───── DATA SUPPLIED

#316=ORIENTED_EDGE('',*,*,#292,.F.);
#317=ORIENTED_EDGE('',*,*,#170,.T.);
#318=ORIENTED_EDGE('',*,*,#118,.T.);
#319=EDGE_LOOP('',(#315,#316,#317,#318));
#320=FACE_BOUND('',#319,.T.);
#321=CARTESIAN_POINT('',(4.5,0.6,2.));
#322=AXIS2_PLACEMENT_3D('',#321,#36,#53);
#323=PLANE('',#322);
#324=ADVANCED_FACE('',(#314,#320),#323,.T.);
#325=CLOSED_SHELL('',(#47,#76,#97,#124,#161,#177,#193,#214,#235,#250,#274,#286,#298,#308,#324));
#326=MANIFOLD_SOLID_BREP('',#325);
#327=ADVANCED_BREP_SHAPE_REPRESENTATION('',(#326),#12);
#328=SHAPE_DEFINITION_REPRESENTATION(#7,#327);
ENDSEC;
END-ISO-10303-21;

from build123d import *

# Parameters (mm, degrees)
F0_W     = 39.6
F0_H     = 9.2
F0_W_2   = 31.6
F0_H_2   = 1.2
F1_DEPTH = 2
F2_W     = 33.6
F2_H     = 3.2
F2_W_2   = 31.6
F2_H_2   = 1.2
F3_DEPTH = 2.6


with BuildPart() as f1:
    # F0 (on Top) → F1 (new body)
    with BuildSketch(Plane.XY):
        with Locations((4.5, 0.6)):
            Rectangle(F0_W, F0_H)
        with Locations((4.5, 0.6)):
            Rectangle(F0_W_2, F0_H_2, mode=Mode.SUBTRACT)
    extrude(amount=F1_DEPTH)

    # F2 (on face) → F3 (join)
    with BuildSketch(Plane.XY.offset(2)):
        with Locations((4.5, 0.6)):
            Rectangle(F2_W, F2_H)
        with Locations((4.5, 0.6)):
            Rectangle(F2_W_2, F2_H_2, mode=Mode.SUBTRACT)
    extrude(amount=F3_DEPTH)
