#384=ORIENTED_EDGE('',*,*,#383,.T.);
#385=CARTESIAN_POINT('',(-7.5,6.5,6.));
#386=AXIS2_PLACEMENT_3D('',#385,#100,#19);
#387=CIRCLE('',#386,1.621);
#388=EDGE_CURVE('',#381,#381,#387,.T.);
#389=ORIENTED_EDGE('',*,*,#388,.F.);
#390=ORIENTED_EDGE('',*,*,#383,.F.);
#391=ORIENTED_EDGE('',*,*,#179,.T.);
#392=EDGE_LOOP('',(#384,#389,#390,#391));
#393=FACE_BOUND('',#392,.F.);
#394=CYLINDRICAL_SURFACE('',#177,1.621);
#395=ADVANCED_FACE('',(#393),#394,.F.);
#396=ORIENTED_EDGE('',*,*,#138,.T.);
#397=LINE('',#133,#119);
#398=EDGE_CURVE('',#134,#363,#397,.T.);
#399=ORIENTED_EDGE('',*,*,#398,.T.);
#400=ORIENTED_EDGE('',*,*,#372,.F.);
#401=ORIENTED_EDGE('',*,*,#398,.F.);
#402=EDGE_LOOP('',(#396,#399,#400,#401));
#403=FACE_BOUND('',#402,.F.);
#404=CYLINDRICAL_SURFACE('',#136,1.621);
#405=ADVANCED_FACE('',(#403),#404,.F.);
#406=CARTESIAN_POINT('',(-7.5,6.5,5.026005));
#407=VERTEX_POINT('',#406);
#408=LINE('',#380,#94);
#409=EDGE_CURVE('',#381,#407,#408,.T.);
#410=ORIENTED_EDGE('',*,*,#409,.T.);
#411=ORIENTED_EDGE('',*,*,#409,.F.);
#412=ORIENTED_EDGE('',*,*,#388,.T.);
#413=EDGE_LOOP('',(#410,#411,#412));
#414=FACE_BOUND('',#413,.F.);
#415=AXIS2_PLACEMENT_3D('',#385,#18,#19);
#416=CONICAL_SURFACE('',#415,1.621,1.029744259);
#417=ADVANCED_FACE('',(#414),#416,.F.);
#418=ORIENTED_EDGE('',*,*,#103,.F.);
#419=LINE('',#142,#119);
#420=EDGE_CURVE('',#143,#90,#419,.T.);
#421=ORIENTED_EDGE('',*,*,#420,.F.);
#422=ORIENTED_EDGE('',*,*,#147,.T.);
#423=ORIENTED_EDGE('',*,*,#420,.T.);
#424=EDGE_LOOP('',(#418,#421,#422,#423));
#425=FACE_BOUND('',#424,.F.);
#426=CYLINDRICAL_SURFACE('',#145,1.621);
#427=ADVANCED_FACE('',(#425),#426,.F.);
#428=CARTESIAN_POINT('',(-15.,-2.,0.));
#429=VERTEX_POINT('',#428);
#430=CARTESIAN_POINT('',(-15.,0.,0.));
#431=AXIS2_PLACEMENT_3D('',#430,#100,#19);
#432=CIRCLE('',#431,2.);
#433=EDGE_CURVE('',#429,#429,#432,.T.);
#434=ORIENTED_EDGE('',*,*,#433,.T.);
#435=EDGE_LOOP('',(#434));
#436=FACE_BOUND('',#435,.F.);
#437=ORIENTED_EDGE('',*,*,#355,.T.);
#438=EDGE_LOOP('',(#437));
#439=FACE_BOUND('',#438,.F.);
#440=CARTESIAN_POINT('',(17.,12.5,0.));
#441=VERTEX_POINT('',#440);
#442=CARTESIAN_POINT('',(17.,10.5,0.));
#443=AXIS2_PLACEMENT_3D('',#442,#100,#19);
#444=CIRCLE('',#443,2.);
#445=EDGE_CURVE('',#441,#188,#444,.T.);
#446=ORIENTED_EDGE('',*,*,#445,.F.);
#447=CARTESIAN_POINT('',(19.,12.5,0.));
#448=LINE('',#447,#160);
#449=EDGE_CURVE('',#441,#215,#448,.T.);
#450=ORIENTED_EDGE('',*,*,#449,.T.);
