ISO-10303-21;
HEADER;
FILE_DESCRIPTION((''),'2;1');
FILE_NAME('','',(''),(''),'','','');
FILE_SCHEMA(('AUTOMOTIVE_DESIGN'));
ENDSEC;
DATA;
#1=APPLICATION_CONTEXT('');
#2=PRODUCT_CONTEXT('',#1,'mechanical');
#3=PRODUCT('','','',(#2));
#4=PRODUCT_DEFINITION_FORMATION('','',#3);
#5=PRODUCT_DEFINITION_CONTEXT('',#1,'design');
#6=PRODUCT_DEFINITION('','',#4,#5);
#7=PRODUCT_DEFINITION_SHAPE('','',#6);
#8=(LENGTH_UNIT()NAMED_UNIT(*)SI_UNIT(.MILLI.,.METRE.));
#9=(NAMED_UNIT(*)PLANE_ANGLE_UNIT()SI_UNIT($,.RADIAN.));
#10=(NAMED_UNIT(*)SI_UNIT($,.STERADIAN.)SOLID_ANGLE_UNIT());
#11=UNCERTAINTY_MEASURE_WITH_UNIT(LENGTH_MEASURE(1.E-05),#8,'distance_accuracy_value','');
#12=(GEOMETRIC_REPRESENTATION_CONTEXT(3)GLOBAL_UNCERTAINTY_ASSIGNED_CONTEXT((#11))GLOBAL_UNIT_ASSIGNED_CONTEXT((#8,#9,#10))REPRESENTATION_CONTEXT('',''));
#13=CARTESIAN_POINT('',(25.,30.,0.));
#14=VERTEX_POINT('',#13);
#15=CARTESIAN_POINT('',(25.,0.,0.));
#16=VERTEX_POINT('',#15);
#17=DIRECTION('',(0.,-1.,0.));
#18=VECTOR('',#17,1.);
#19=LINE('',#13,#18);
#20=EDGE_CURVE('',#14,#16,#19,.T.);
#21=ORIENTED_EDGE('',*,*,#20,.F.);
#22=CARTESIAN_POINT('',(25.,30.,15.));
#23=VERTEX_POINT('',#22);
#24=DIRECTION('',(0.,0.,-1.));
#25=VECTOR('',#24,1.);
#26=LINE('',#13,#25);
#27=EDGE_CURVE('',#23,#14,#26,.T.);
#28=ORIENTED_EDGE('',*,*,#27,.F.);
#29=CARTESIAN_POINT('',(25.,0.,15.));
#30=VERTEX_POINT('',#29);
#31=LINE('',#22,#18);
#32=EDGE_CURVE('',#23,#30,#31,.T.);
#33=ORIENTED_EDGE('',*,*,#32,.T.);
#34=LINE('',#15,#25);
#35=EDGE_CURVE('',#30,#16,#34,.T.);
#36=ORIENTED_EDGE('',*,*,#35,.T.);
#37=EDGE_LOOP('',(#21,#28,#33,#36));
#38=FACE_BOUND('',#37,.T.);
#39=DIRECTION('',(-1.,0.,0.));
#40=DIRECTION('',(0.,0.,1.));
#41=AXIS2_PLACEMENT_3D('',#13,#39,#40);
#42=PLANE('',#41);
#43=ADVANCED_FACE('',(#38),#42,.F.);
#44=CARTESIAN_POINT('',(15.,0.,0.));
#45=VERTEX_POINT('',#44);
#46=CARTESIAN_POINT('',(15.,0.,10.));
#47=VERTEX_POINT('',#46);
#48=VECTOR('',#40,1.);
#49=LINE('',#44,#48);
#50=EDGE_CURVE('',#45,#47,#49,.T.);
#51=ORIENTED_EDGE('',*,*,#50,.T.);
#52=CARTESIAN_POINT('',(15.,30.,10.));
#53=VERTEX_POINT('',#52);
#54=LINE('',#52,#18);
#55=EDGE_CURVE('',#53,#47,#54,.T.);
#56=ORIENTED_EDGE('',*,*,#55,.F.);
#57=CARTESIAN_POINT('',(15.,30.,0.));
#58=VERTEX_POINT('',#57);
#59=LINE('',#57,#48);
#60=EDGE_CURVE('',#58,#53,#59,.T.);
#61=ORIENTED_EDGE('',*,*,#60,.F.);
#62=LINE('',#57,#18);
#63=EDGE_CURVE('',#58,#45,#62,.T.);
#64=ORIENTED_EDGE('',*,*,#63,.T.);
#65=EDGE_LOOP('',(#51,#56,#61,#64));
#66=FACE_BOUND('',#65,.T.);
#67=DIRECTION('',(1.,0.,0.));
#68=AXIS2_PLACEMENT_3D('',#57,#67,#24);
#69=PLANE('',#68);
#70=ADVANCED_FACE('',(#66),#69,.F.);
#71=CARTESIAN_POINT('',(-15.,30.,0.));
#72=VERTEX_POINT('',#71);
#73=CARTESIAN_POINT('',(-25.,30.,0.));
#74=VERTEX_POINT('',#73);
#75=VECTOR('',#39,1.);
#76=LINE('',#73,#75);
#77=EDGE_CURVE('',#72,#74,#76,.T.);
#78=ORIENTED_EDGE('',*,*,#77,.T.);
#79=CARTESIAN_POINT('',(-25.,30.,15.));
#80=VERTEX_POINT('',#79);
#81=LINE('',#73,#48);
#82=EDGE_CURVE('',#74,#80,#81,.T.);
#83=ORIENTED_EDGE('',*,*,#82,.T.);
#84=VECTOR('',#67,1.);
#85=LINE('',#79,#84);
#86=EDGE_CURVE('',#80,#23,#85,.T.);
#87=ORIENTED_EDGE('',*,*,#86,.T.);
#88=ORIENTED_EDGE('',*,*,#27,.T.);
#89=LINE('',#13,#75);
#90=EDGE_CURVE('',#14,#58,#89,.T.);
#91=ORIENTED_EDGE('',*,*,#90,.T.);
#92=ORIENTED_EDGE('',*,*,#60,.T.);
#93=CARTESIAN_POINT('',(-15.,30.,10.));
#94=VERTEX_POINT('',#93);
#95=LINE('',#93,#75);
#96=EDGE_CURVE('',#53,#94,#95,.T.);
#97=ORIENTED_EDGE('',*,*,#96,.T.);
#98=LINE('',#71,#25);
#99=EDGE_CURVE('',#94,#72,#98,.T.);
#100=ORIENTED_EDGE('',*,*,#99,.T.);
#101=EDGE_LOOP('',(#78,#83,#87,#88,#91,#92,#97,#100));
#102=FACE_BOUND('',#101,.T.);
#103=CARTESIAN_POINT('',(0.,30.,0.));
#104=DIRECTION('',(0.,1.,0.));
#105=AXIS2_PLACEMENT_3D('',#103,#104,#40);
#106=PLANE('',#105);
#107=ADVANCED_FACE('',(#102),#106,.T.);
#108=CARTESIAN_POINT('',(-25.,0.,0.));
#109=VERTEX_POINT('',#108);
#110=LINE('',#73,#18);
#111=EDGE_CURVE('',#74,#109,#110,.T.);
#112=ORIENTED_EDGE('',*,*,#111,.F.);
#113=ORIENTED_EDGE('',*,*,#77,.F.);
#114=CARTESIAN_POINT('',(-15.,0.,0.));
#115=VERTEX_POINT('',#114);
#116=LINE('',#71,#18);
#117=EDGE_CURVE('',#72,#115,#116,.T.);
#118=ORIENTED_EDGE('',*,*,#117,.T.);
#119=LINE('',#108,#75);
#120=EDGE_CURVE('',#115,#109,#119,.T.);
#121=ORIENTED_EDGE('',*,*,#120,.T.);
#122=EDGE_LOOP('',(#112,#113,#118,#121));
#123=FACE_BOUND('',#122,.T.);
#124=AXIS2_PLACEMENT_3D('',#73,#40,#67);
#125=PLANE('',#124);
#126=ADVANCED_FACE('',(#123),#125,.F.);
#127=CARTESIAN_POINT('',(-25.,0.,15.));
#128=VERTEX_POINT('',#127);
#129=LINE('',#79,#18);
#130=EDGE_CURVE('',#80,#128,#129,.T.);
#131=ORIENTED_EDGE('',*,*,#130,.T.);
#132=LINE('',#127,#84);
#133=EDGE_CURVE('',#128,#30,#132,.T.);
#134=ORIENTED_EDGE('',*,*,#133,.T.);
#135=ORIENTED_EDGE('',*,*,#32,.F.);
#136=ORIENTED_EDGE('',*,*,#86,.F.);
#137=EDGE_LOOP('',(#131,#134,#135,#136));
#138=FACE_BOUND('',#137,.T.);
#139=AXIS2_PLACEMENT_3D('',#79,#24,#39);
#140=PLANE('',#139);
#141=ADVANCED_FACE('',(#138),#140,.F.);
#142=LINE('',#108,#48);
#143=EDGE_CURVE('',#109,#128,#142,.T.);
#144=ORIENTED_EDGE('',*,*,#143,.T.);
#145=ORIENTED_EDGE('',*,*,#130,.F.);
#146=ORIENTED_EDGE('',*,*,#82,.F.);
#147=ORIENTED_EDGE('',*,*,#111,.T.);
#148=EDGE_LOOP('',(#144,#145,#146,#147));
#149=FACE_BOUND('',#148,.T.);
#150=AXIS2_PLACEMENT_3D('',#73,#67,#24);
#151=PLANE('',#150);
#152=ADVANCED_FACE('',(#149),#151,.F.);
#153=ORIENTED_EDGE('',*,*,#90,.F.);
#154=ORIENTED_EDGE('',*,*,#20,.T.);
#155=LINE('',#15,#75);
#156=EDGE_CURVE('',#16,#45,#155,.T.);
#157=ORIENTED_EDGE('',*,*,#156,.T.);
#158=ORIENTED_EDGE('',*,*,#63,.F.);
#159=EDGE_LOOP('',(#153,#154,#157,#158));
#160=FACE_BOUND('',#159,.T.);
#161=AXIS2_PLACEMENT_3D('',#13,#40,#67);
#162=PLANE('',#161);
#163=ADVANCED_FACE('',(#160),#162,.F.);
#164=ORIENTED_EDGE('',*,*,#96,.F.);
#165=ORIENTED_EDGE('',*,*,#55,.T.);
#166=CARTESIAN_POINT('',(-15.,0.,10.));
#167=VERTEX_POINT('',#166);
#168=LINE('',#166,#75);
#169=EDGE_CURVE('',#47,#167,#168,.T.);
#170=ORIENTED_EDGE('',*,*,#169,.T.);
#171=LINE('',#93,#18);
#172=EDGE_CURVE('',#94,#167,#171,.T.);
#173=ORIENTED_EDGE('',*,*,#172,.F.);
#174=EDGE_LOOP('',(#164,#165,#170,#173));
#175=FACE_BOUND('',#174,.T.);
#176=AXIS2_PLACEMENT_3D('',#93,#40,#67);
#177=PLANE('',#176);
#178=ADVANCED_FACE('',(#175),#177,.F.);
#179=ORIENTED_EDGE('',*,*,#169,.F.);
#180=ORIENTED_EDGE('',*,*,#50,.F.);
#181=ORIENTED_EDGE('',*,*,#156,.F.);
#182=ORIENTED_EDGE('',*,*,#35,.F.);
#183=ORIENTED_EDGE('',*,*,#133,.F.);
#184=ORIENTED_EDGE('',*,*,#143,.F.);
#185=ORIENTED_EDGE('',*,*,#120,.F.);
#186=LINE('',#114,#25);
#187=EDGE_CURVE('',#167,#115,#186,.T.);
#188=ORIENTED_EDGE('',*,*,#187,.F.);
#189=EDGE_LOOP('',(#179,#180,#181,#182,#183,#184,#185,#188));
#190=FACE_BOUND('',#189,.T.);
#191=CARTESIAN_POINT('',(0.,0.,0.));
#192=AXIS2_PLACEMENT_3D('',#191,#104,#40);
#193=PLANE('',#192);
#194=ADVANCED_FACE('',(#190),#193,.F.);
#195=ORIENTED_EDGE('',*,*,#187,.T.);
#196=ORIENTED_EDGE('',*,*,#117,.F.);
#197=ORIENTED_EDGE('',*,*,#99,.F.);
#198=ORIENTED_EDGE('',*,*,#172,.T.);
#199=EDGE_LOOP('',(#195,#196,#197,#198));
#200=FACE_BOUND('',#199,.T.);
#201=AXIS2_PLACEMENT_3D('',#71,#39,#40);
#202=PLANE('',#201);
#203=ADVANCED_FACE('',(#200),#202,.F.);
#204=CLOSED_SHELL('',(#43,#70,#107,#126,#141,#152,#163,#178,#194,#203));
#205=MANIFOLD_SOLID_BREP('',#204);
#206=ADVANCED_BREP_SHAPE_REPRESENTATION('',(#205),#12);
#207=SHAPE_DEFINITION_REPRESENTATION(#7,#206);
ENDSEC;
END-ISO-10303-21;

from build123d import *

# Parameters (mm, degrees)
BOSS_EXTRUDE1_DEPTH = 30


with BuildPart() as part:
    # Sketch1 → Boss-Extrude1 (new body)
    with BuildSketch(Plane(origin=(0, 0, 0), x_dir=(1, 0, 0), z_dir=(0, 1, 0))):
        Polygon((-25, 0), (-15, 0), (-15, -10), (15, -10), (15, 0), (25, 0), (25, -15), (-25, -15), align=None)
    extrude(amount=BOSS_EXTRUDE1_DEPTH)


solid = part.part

──────────

■ EXERCISE PROMPT
Lines wanted from the listing above: the line with "Rectangle(F2_W, F2_H)" up to and including the line with "#387=CIRCLE('',#386,1.621);". Please write them out exactly, adding nothing else.

■ SOLUTION
            Rectangle(F2_W, F2_H)
        with Locations((4.5, 0.6)):
            Rectangle(F2_W_2, F2_H_2, mode=Mode.SUBTRACT)
    extrude(amount=F3_DEPTH)
#384=ORIENTED_EDGE('',*,*,#383,.T.);
#385=CARTESIAN_POINT('',(-7.5,6.5,6.));
#386=AXIS2_PLACEMENT_3D('',#385,#100,#19);
#387=CIRCLE('',#386,1.621);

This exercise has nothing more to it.